All in all, not a bad summer so far....bad moments, but with faith and support I am now confident I can handle almost anything. Thanks for listening and hope to hear from you soon!
Cyndi
Hi Cyndi,
Happy Summer! I am so glad to hear that you are feeling better and that the new meds are helping with your pain. Even the tone of your note sounds wonderful!! And I think photography is a great outlet for you. It is amazing what you can see through the lens of a camera as compared to just looking at it. Please post some of your photos when you get the chance - I would love to see them! This one of the bridge is beautiful.

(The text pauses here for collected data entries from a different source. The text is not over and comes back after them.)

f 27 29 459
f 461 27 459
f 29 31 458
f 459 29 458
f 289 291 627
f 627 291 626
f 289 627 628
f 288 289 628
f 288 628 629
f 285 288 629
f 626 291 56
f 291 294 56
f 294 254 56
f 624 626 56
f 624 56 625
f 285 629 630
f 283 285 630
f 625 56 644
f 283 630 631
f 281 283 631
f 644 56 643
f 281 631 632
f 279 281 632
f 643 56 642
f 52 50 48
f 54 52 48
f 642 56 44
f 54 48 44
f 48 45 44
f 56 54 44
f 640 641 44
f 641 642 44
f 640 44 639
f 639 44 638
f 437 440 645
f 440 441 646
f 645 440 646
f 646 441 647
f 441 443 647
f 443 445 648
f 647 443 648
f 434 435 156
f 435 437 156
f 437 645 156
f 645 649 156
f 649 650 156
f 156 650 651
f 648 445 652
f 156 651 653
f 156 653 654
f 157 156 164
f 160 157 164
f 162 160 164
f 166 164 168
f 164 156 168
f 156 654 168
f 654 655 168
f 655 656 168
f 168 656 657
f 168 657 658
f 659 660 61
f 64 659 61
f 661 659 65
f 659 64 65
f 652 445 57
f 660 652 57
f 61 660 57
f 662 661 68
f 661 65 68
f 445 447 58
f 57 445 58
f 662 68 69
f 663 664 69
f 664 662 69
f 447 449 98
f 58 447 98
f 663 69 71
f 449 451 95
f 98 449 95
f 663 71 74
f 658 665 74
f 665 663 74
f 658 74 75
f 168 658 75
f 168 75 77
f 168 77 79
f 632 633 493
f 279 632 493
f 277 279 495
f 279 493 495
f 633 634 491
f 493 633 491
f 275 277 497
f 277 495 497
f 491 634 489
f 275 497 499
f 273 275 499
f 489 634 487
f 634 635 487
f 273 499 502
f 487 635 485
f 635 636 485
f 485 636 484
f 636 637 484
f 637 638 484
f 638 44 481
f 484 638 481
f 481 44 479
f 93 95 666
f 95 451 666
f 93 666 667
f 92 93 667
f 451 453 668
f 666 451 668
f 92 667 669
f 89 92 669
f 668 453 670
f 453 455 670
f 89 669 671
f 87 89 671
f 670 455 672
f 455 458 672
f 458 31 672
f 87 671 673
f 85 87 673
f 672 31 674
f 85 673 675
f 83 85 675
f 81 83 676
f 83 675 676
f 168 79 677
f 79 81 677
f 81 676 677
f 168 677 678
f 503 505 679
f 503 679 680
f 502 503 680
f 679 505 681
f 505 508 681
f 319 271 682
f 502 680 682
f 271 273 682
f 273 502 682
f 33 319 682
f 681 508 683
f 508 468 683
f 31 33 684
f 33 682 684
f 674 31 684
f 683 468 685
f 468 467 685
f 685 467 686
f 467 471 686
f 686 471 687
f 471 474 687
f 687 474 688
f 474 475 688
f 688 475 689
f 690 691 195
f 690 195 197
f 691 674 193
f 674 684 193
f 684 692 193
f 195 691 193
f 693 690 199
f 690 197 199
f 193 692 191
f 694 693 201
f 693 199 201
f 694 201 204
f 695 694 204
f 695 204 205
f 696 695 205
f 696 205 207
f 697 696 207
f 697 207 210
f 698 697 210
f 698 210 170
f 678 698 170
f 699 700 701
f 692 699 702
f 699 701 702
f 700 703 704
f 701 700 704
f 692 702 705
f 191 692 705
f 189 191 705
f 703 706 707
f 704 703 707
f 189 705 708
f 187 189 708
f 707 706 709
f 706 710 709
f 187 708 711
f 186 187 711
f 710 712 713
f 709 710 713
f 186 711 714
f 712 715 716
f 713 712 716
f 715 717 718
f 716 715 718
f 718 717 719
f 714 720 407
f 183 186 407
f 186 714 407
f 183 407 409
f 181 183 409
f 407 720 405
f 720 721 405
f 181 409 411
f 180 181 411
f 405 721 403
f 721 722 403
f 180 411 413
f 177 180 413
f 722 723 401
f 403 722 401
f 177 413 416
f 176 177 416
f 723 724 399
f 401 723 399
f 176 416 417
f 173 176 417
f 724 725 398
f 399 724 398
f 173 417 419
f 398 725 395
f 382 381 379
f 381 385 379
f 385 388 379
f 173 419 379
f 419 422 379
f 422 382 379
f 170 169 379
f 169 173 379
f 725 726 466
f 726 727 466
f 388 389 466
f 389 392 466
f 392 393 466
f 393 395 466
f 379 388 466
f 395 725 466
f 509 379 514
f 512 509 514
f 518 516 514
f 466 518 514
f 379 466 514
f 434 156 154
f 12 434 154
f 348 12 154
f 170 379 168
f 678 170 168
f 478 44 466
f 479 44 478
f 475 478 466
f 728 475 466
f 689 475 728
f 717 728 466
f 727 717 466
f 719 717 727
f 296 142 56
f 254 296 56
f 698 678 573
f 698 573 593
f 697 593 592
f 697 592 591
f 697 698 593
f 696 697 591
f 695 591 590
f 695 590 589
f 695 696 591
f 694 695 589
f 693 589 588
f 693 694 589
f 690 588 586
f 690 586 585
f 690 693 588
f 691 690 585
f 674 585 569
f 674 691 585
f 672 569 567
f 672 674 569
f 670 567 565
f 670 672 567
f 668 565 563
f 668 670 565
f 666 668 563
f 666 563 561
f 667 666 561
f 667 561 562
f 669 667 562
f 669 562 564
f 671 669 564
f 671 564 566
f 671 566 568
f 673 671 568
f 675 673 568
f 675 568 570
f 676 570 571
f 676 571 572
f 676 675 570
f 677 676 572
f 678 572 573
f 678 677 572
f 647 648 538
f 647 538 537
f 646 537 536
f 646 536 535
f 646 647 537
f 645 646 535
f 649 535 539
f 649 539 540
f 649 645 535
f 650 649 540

There is nothing really new on this end. Oh, with the exception of my in-home assistance and my nurse. Workers comp finally approved the aid and she comes three times per week. She is a really nice girl ... a pre-med student. I enjoy having her come and she is such a huge help to me. And my nurse is really nice, too. She comes one time per week just to take my bitals and make sure I am doing okay. Actually, she should be here at 10:00 this morning.
I saw my doctor last week and he increased my vicodin. But unfortunately it is making me sick so I have been trying to reach him so that I can get a script for the othe one. And he also gave me a new med for the severe sweating. I only had to take it twice so far and it does help. Thesweating is a symptom of my comdition and it was really get out of hand. During the ight I would have to change my bed clothes 2 or 3 times. I would go from hot and then to being freezing cold.
Well, I have to get ready for my nurse so I will end now. Again, I am so glad to hear you are doing better!!!! Write when you can.
Stacie
sorry I have not checked in for some time. Part of it has been illness and part getting involved in some creative endeavors. My doctors are changing my meds around trying to find a combination which will optimize a level of pain control. the meds i am on right now are bringing me a fair degree of relief from pain. i am hopeful that i will continue to receive a decent level of relief from pain.
I have also been trying to do some creative projects for myself some of which involve painting and photography. all in all i have been feeling well physically, spiritually and emotionally. i have moments which are more challenging that others. i try to remind myself at those times that as long as i wake up and eventually put my feet on the floor it is a good day.
hope all is well with you!
Hi Cyndi,
I am so sorry that you are having such a terrible time of it. I wish I had some secrets or tips which I could share with you, but I just don't have that magical answer. We are all in such a difficult position dealing with our pain, and it is a constant battle to keep moving forward. I am glad you are receiving professional help with your depression and I truely wish there was something I could do or say to help you. Personally, I have good and bad days. There are days when I just don't want to move, but I force myself to get up, take a shower, and get dressed. Sometimes it helps, other times it doesn't. I feel so terrible for you right now. I wish I could just give you a big hug and make it all better for you. We have so much to deal with and sometimes I think it is just far too difficult. With each new day, please try to find one thing that makes you smile. Maybe something cute which your cat does, or even a funny program on tv. Anything at all that brings a smile to your face. Now that everything is blooming outside, just looking at the beautiful flowers makes me happy.
Cyndi, please hang in there as best you can. One day at a time is all anyone can ask. Try not to worry about what the future has in store for you ... everything has a way of working out. You are young, and you will get through this difficult period.
Please keep in touch.
Stacie
hello ladies! I know it has been awhile since i have posted anything. Part of that was due to my broken wrist. another part has been more to do with an intense battle with depression i have been dealing with. i was hospitalized for a week a little while back because the depression was so severe. i felt better when i first was discharged than i do now. i seem to be sinking right back into a pit of despair. i am a young 48 and just cannot seem to envision a purposeful life for myself dealing with all of my pain issues, other health issues, and mental illness as well. i try to get and stay more positive but it is a constant battle i do not aways have the energy to fight. if either of you have some tips on how to cope, please let me know?!
thanks and God Bless!
Cyndi
Hi Cyndi,
Wow, you sound wonderful!!! I am so glad to hear that you are doing much better. I know it is difficult, but sometimes it helps to look on the bright side. The world doesn't seem like such an awful place when we do. I can't tell you how pleased I am to hear from you!!! Your entire being is coming through the computer loud and clear --- and it is terrific!!! Keep the good vibes coming!!! LOL!!!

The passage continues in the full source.